What is your specific work?  What people do on Instagram (in addition to posting regular photos) is post short fun little vlog-style video clips or pics for the Instagram stories....  it can be anything, just for fun, or to promote one's website, YouTube channel, podcast or whatever.   

You probably already know this, but a good way to use Instagram is to use hashtags, to find like-minded people and to build your "tribe", so to speak.  Another thing is to post consistently and a lot (which I don't do, I've been posting about once a week, if that.)  

If you have good and interesting content, post consistently / often and use hashtags wisely, then you'll inevitably build your audience and do well on Instagram or similar social media networks. I hope that was somewhat helpful!

----------


## heavenlyboy34

> I've never used Snapchat… But I really like Instagram.
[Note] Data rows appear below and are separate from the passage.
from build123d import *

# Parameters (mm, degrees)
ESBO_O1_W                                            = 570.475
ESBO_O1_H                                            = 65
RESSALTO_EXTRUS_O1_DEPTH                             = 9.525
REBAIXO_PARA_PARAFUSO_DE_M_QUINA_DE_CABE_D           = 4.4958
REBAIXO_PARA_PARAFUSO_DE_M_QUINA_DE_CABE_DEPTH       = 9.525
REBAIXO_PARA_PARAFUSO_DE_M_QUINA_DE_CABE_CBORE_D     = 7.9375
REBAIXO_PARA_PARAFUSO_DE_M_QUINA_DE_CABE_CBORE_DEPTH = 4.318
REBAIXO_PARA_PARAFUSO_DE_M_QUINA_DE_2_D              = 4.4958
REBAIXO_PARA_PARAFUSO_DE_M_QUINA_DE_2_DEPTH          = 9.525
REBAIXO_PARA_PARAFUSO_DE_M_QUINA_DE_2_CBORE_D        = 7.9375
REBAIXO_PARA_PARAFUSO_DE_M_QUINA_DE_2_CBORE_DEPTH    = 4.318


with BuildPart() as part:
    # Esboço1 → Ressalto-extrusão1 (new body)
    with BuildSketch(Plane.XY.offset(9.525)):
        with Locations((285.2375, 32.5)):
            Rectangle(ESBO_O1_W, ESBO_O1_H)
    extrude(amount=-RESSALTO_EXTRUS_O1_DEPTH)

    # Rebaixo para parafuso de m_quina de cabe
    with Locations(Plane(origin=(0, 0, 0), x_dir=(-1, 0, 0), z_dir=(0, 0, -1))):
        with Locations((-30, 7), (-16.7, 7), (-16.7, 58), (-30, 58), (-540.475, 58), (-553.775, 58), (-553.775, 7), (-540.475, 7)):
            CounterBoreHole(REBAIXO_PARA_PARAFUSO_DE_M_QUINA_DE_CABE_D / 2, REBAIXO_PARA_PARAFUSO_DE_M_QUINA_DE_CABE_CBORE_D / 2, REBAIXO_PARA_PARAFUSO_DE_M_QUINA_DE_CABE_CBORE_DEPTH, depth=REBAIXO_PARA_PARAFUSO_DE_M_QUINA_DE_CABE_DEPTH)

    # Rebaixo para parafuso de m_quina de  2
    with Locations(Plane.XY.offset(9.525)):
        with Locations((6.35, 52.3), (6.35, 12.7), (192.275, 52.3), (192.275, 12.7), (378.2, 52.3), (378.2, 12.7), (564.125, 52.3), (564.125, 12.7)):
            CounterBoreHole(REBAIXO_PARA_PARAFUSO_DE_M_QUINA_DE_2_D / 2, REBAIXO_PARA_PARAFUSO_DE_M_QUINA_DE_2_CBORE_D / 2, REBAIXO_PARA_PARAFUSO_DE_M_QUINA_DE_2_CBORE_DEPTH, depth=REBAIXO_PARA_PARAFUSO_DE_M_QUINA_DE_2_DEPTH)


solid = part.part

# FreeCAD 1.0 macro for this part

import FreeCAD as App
import Part
import Sketcher
Q = App.Units.Quantity


def add_polygon(sketch, points):
    """Adds a closed chain of lines whose ends are joined by coincident constraints."""
    first, n = sketch.GeometryCount, len(points)
    for a, b in zip(points, points[1:] + points[:1]):
        sketch.addGeometry(Part.LineSegment(App.Vector(*a, 0), App.Vector(*b, 0)), False)
    for i in range(n):
        sketch.addConstraint(Sketcher.Constraint("Coincident", first + i, 2, first + (i + 1) % n, 1))

doc = App.newDocument("Part")
body = doc.addObject("PartDesign::Body", "Body")

# Sketch on XY plane
sketch1 = body.newObject("Sketcher::SketchObject", "Sketch")
sketch1.AttachmentSupport = (doc.getObject("XY_Plane"), [""])
sketch1.MapMode = "FlatFace"
sketch1.AttachmentOffset = App.Placement(App.Vector(0, 0, 0.375 * 25.4), App.Rotation())
add_polygon(sketch1, [(0, 65), (0, 0), (570, 0), (570, 65)])  # lines 0-3
sketch1.addConstraint(Sketcher.Constraint("Vertical", 0))
sketch1.addConstraint(Sketcher.Constraint("Horizontal", 1))
sketch1.addConstraint(Sketcher.Constraint("Vertical", 2))
sketch1.addConstraint(Sketcher.Constraint("Horizontal", 3))
sketch1.addConstraint(Sketcher.Constraint("Coincident", 0, 2, -1, 1))
sketch1.addConstraint(Sketcher.Constraint("DistanceX", 1, 1, 1, 2, 570.475))
sketch1.addConstraint(Sketcher.Constraint("DistanceY", 0, 2, 0, 1, 65.0))
pad1 = body.newObject("PartDesign::Pad", "Pad")
pad1.Profile = sketch1
pad1.Length = Q("0.375 in")
pad1.Reversed = True

# Sketch on XY plane
sketch2 = body.newObject("Sketcher::SketchObject", "Sketch001")
sketch2.AttachmentSupport = (doc.getObject("XY_Plane"), [""])
sketch2.MapMode = "FlatFace"
sketch2.addGeometry(Part.Circle(App.Vector(30, 7, 0), App.Vector(0, 0, 1), 2.2), False)
sketch2.addGeometry(Part.Circle(App.Vector(16.7, 7, 0), App.Vector(0, 0, 1), 2.2), False)
sketch2.addGeometry(Part.Circle(App.Vector(16.7, 58, 0), App.Vector(0, 0, 1), 2.2), False)
sketch2.addGeometry(Part.Circle(App.Vector(30, 58, 0), App.Vector(0, 0, 1), 2.2), False)
sketch2.addGeometry(Part.Circle(App.Vector(540.5, 58, 0), App.Vector(0, 0, 1), 2.2), False)
sketch2.addGeometry(Part.Circle(App.Vector(553.8, 58, 0), App.Vector(0, 0, 1), 2.2), False)
sketch2.addGeometry(Part.Circle(App.Vector(553.8, 7, 0), App.Vector(0, 0, 1), 2.2), False)
sketch2.addGeometry(Part.Circle(App.Vector(540.5, 7, 0), App.Vector(0, 0, 1), 2.2), False)
sketch2.addConstraint(Sketcher.Constraint("Equal", 0, 1))
sketch2.addConstraint(Sketcher.Constraint("Equal", 1, 2))
sketch2.addConstraint(Sketcher.Constraint("Equal", 2, 3))
sketch2.addConstraint(Sketcher.Constraint("Equal", 3, 4))
sketch2.addConstraint(Sketcher.Constraint("Equal", 4, 5))
sketch2.addConstraint(Sketcher.Constraint("Equal", 5, 6))
sketch2.addConstraint(Sketcher.Constraint("Equal", 6, 7))
sketch2.addConstraint(Sketcher.Constraint("Horizontal", 0, 3, 1, 3))
sketch2.addConstraint(Sketcher.Constraint("Horizontal", 2, 3, 3, 3))
sketch2.addConstraint(Sketcher.Constraint("Horizontal", 3, 3, 4, 3))
sketch2.addConstraint(Sketcher.Constraint("Horizontal", 4, 3, 5, 3))
sketch2.addConstraint(Sketcher.Constraint("Horizontal", 1, 3, 6, 3))
sketch2.addConstraint(Sketcher.Constraint("Horizontal", 6, 3, 7, 3))
sketch2.addConstraint(Sketcher.Constraint("Vertical", 1, 3, 2, 3))
sketch2.addConstraint(Sketcher.Constraint("Vertical", 0, 3, 3, 3))
sketch2.addConstraint(Sketcher.Constraint("Vertical", 5, 3, 6, 3))
sketch2.addConstraint(Sketcher.Constraint("Vertical", 4, 3, 7, 3))
sketch2.addConstraint(Sketcher.Constraint("Diameter", 0, Q("0.177 in")))
sketch2.addConstraint(Sketcher.Constraint("DistanceX", -1, 1, 0, 3, 30.0))
sketch2.addConstraint(Sketcher.Constraint("DistanceY", -1, 1, 0, 3, 7.0))
sketch2.addConstraint(Sketcher.Constraint("DistanceX", -1, 1, 1, 3, 16.7))
sketch2.addConstraint(Sketcher.Constraint("DistanceY", -1, 1, 2, 3, 58.0))
sketch2.addConstraint(Sketcher.Constraint("DistanceX", -1, 1, 4, 3, 540.475))
sketch2.addConstraint(Sketcher.Constraint("DistanceX", -1, 1, 5, 3, 553.775))
doc.recompute()
hole = body.newObject("PartDesign::Hole", "Hole")
hole.Profile = sketch2
hole.ThreadType = "None"
hole.Diameter = Q("0.177 in")
hole.DepthType = "Dimension"
hole.Depth = Q("0.375 in")
hole.DrillPoint = "Flat"
hole.HoleCutType = "Counterbore"
hole.HoleCutDiameter = Q("0.3125 in")
hole.HoleCutDepth = Q("0.17 in")
hole.Reversed = True

# Sketch on XY plane
sketch3 = body.newObject("Sketcher::SketchObject", "Sketch002")
sketch3.AttachmentSupport = (doc.getObject("XY_Plane"), [""])
sketch3.MapMode = "FlatFace"
sketch3.AttachmentOffset = App.Placement(App.Vector(0, 0, 0.375 * 25.4), App.Rotation())
sketch3.addGeometry(Part.Circle(App.Vector(6.3, 52.3, 0), App.Vector(0, 0, 1), 2.2), False)
sketch3.addGeometry(Part.Circle(App.Vector(6.3, 12.7, 0), App.Vector(0, 0, 1), 2.2), False)
sketch3.addGeometry(Part.Circle(App.Vector(192.3, 52.3, 0), App.Vector(0, 0, 1), 2.2), False)
sketch3.addGeometry(Part.Circle(App.Vector(192.3, 12.7, 0), App.Vector(0, 0, 1), 2.2), False)
sketch3.addGeometry(Part.Circle(App.Vector(378.2, 52.3, 0), App.Vector(0, 0, 1), 2.2), False)
sketch3.addGeometry(Part.Circle(App.Vector(378.2, 12.7, 0), App.Vector(0, 0, 1), 2.2), False)
sketch3.addGeometry(Part.Circle(App.Vector(564.1, 52.3, 0), App.Vector(0, 0, 1), 2.2), False)
sketch3.addGeometry(Part.Circle(App.Vector(564.1, 12.7, 0), App.Vector(0, 0, 1), 2.2), False)
sketch3.addConstraint(Sketcher.Constraint("Equal", 0, 1))
sketch3.addConstraint(Sketcher.Constraint("Equal", 1, 2))
sketch3.addConstraint(Sketcher.Constraint("Equal", 2, 3))
sketch3.addConstraint(Sketcher.Constraint("Equal", 3, 4))
sketch3.addConstraint(Sketcher.Constraint("Equal", 4, 5))
sketch3.addConstraint(Sketcher.Constraint("Equal", 5, 6))
sketch3.addConstraint(Sketcher.Constraint("Equal", 6, 7))
sketch3.addConstraint(Sketcher.Constraint("Horizontal", 0, 3, 2, 3))
sketch3.addConstraint(Sketcher.Constraint("Horizontal", 1, 3, 3, 3))
sketch3.addConstraint(Sketcher.Constraint("Horizontal", 2, 3, 4, 3))
sketch3.addConstraint(Sketcher.Constraint("Horizontal", 3, 3, 5, 3))
sketch3.addConstraint(Sketcher.Constraint("Horizontal", 4, 3, 6, 3))
sketch3.addConstraint(Sketcher.Constraint("Horizontal", 5, 3, 7, 3))
sketch3.addConstraint(Sketcher.Constraint("Vertical", 0, 3, 1, 3))
sketch3.addConstraint(Sketcher.Constraint("Vertical", 2, 3, 3, 3))
sketch3.addConstraint(Sketcher.Constraint("Vertical", 4, 3, 5, 3))
sketch3.addConstraint(Sketcher.Constraint("Vertical", 6, 3, 7, 3))
sketch3.addConstraint(Sketcher.Constraint("Diameter", 0, Q("0.177 in")))
sketch3.addConstraint(Sketcher.Constraint("DistanceY", -1, 1, 1, 3, Q("0.5 in")))
sketch3.addConstraint(Sketcher.Constraint("DistanceX", -1, 1, 0, 3, Q("0.25 in")))
sketch3.addConstraint(Sketcher.Constraint("DistanceY", -1, 1, 0, 3, 52.3))
sketch3.addConstraint(Sketcher.Constraint("DistanceX", -1, 1, 2, 3, 192.275))
sketch3.addConstraint(Sketcher.Constraint("DistanceX", -1, 1, 4, 3, 378.2))
sketch3.addConstraint(Sketcher.Constraint("DistanceX", -1, 1, 6, 3, 564.125))
doc.recompute()
hole2 = body.newObject("PartDesign::Hole", "Hole001")
hole2.Profile = sketch3
hole2.ThreadType = "None"
hole2.Diameter = Q("0.177 in")
hole2.DepthType = "Dimension"
hole2.Depth = Q("0.375 in")
hole2.DrillPoint = "Flat"
hole2.HoleCutType = "Counterbore"
hole2.HoleCutDiameter = Q("0.3125 in")
hole2.HoleCutDepth = Q("0.17 in")

doc.recompute()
I'm pretty sure that the "stories" on both of those platforms are similar. 
> 
> What is your specific work?  What people do on Instagram (in addition to posting regular photos) is post short fun little vlog-style video clips or pics for the Instagram stories....  it can be anything, just for fun, or to promote one's website, YouTube channel, podcast or whatever.   
> 
> You probably already know this, but a good way to use Instagram is to use hashtags, to find like-minded people and to build your "tribe", so to speak.  Another thing is to post consistently and a lot (which I don't do, I've been posting about once a week, if that.)  
> 
> If you have good and interesting content, post consistently / often and use hashtags wisely, then you'll inevitably build your audience and do well on Instagram or similar social media networks. I hope that was somewhat helpful!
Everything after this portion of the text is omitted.